Looking more specifically at this image, it clearly reminds me of the first dozen images I took after obtaining a wide-angle lens (24 mm in full frame). Exaggerated perspective is fun for a while. If I had to guess, I would say that this was probably taken when the widest angle that most people had was 28 mm, and this is wider enough to be noticeable (probably 20 or 24 mm).

For what it's worth, I think the same general trend continues much more recently: although I have sold very little archive photography, my biggest sellers were the ones I took right after I got an 11-18mm lens. I am pretty sure that most of them were simply the first images on the market of those particular subjects with that wide lens. Frankly, I was a little worried at the time to send those photos, none of them was (IMO) particularly great, either technically or artistically, but they gave a look and a point of view that was unique at that time, and that apparently was enough .

What are the basic principles of CS that I should know before starting my journey towards machine learning?

I am a non-cs graduate and I would love to be a machine learning engineer.

I have learned to code and know the basics of Machine learning as well. Now I would like to know what "basics of CS"I should learn to be fully prepared for work.

Sometimes I have difficulty reading CS documentation and I don't know how programs and computers work in the background, I'm also naive on topics like memory management, operating systems, networks, electronic elements such as microprocessor, compiler design, etc.. Are all these necessary for my transition to AI? If so, could you recommend me a short learning path or books or videos. I hope I don't have to delve into these areas. Thank you

dnd 5e – How can I help my players invest more in learning the mechanics of the game?

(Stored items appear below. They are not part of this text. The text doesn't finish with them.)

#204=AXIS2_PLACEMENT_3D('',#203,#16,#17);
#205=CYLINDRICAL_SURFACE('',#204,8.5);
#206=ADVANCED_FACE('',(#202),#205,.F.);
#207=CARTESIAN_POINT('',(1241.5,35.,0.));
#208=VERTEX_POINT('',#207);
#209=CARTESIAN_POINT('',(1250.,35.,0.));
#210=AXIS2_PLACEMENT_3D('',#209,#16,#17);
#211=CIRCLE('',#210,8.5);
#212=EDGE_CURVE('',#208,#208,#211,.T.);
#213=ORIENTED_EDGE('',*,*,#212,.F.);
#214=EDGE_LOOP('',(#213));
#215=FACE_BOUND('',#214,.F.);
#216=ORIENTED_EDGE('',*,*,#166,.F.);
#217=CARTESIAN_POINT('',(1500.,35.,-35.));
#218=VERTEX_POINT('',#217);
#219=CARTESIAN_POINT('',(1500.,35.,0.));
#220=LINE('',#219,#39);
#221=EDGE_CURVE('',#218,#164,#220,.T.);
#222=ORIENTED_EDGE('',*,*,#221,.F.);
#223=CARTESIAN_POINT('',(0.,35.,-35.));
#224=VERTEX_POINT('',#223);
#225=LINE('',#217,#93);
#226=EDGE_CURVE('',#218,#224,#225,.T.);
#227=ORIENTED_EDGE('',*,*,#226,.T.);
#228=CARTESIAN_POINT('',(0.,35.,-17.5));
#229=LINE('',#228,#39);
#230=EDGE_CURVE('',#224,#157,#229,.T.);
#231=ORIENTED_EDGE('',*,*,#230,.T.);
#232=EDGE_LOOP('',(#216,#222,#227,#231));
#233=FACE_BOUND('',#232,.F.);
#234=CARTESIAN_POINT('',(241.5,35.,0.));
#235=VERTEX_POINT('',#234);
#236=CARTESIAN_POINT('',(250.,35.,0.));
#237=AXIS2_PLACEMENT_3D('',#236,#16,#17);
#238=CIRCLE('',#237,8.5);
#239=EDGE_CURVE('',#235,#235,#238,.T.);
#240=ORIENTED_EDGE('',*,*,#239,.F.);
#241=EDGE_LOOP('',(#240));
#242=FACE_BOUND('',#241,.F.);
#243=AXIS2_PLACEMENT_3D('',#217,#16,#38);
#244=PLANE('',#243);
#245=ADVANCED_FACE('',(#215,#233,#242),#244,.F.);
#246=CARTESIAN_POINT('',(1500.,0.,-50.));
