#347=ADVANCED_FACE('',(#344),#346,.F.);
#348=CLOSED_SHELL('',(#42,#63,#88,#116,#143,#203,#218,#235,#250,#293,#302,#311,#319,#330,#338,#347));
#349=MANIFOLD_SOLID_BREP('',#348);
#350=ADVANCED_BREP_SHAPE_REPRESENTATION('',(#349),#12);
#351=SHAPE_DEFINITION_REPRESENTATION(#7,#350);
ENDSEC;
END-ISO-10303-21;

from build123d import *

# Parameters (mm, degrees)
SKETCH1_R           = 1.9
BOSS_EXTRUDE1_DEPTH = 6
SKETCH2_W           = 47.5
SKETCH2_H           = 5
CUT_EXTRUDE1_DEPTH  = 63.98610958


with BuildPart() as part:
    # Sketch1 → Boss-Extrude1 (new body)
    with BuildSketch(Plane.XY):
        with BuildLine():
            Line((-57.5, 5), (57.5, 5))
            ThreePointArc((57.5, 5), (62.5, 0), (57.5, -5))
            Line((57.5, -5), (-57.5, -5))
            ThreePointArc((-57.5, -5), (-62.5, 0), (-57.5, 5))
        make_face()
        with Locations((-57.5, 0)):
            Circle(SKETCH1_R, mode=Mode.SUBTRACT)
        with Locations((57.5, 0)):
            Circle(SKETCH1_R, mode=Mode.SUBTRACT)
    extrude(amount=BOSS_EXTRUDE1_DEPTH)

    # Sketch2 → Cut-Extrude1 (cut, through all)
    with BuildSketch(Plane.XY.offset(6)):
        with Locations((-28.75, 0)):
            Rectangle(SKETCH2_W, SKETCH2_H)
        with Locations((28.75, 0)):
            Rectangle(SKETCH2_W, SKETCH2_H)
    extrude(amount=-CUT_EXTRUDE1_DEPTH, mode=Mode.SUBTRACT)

Many people do not want to learn things that will not benefit them. An easy way to show them the benefits without spooning them is to make the NPCs do what you want the players to learn.

For example, make the NPC fight against a group of goblins. Make the goblins force players to flee or relocate constantly. Players will quickly learn that being hit by attacks of opportunity stinks. Make the elves constantly run away and relocate, but have them always disengage to avoid being hit. Be open about the way elves behave; "This elf takes the disconnection action to avoid firing attacks of opportunity, and then moves here."

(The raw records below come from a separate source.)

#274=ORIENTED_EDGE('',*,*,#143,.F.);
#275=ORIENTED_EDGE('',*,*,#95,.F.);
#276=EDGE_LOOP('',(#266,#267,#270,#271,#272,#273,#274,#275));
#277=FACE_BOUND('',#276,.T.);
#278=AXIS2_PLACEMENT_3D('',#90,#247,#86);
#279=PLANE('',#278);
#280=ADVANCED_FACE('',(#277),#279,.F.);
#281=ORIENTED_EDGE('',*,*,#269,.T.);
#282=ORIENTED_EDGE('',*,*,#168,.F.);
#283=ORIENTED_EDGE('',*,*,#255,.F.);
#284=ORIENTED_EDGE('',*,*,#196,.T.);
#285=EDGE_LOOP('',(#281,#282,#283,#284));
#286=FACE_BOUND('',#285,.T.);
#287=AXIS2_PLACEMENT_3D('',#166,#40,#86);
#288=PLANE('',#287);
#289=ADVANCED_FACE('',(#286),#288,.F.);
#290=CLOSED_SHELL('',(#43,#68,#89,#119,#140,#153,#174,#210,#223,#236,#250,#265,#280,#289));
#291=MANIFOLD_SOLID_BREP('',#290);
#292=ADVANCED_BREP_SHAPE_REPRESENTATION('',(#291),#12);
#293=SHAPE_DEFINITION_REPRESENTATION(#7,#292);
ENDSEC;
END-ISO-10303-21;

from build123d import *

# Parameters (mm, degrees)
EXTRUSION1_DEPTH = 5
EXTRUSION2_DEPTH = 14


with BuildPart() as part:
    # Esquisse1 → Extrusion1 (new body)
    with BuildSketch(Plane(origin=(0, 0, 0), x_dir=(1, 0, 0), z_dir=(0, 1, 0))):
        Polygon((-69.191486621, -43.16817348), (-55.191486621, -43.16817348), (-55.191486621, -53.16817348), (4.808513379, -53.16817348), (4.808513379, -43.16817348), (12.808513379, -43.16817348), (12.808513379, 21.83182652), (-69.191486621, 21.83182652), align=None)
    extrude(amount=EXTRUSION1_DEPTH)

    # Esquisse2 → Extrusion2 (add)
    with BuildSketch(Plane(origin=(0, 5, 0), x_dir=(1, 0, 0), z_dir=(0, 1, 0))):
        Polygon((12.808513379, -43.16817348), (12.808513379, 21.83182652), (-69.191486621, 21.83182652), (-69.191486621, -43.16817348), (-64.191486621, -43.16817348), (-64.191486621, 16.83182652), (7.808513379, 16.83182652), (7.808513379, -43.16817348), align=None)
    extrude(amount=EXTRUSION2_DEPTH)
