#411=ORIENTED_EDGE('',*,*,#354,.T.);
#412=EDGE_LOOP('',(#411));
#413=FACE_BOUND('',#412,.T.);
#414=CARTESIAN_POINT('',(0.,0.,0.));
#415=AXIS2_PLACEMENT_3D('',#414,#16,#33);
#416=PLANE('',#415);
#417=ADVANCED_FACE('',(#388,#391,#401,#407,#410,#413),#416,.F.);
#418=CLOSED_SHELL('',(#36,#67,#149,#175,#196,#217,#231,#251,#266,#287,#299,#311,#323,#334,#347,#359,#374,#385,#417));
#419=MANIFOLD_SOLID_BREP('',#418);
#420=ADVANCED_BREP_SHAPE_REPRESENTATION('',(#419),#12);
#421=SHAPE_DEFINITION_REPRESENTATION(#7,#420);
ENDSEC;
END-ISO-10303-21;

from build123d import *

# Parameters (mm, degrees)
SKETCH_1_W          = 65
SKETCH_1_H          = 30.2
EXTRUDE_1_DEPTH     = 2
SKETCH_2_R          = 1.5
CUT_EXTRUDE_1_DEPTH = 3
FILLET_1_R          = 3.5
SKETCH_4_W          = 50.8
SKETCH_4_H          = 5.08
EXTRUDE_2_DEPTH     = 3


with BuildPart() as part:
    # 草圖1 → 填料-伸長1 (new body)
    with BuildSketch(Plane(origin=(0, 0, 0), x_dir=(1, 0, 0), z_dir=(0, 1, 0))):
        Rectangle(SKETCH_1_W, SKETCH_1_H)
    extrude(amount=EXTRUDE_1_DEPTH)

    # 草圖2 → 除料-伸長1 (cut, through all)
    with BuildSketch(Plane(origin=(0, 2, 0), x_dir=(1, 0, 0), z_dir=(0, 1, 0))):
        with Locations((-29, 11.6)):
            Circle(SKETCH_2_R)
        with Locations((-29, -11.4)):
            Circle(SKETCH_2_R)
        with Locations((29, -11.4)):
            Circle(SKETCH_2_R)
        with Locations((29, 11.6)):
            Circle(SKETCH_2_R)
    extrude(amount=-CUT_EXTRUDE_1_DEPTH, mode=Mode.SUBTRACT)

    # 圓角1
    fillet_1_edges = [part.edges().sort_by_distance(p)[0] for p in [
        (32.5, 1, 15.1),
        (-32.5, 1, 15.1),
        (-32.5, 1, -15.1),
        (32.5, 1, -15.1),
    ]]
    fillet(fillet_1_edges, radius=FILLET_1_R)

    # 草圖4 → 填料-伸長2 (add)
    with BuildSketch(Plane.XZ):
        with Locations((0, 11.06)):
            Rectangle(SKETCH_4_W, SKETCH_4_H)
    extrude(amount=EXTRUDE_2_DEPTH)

Present a situation where mechanics is important.

Often, in D&D players will face matches appropriate to their skill level. This prevents players from learning. You should consider dealing with encounters that cannot exceed your current skill level. Give them a match they won't win unless they use the mechanics you want them to learn. Just be sure to show them the mechanics with the NPCs first so they can tell.

Give them the opportunity to discover and apply knowledge. You will be surprised, they can understand the mechanics but they don't think it is useful because the fights are too easy or it is more fun to do something else.

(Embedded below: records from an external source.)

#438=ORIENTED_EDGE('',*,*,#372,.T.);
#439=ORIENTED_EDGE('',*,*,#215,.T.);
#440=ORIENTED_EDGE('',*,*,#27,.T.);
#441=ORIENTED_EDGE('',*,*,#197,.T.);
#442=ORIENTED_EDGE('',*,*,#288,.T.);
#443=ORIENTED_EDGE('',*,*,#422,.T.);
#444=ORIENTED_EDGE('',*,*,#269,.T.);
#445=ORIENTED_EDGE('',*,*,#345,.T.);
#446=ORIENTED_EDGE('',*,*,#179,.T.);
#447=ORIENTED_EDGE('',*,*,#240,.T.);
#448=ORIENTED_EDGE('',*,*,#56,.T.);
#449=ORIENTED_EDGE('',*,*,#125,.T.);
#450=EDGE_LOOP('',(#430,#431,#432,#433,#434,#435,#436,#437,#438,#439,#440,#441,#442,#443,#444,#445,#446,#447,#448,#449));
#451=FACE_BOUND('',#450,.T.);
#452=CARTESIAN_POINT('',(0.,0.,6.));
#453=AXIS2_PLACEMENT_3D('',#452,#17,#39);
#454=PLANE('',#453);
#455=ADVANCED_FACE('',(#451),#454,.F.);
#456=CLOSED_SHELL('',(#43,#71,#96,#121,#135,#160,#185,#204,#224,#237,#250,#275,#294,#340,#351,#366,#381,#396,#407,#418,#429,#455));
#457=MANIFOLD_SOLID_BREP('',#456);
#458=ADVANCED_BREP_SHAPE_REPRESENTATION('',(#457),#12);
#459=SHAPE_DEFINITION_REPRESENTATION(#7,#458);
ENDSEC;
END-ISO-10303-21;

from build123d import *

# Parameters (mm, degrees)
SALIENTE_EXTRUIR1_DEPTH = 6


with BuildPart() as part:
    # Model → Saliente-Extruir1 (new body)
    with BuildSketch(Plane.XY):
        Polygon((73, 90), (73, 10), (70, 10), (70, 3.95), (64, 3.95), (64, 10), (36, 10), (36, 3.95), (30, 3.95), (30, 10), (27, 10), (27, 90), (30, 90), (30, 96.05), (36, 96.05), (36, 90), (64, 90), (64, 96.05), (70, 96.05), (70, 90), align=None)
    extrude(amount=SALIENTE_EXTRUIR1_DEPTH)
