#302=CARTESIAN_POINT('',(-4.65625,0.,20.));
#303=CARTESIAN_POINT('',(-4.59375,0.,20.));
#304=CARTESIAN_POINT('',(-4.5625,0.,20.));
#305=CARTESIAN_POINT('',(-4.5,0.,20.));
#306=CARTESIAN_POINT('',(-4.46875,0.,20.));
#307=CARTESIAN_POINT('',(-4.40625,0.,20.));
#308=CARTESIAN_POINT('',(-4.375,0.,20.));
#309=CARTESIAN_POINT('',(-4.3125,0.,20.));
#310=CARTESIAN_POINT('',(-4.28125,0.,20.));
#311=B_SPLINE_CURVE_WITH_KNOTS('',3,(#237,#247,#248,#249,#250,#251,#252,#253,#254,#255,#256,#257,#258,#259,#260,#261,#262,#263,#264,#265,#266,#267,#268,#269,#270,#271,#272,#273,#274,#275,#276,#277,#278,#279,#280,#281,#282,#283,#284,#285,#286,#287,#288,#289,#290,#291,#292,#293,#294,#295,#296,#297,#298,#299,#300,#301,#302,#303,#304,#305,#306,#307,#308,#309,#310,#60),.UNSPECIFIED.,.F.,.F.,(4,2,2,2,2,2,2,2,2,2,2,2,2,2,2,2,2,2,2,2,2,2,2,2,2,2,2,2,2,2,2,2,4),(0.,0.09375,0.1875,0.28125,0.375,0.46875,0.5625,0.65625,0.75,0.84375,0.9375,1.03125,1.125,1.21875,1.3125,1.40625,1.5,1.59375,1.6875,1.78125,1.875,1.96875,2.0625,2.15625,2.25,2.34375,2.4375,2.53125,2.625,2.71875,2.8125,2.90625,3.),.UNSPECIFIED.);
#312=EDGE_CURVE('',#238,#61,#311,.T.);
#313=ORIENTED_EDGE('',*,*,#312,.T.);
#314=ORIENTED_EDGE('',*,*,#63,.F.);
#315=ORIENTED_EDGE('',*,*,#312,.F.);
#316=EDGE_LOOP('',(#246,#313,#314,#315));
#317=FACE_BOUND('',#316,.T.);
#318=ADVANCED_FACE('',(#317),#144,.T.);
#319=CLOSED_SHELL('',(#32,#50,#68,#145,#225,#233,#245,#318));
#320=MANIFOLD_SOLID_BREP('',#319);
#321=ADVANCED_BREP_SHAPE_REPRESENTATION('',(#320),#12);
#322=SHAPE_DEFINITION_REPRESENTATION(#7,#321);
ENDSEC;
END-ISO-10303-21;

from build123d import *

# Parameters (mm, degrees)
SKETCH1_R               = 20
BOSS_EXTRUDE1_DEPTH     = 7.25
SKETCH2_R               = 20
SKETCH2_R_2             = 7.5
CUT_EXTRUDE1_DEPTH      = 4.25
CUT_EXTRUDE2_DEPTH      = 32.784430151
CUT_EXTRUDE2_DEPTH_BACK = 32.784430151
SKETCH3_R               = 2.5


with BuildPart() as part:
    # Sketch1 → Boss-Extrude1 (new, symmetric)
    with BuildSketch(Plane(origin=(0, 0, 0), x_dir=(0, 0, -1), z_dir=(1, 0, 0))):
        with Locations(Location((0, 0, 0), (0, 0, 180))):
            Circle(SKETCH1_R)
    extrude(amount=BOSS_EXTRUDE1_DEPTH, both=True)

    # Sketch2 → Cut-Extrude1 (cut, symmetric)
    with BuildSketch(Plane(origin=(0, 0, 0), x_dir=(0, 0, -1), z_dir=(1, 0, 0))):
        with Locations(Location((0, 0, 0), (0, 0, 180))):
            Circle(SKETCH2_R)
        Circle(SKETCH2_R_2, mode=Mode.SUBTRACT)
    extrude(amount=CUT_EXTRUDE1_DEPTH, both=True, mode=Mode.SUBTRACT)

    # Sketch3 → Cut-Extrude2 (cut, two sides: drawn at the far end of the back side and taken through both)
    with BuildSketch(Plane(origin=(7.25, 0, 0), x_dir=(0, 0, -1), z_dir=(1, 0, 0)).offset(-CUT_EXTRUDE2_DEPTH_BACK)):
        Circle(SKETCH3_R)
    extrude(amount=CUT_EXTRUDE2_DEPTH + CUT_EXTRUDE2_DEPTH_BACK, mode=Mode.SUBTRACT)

Withdrawal is a great example of this problem. Most classes have to abandon an attack to disconnect, so I think many players will think "well, I can attack and try to finish the fight sooner instead of running and being hit the next turn anyway."

Accept the weaknesses of the player.

Keep in mind that learning can be a slow process. You can take several fights against different species and classes to get the idea across.

It is possible that even with an incentive your players do not want to learn. Okay, enjoy other parts of the game and your combat will suffer. There are many people who play D&D for combat and are bad role players. Does it really matter if the party is not great in combat?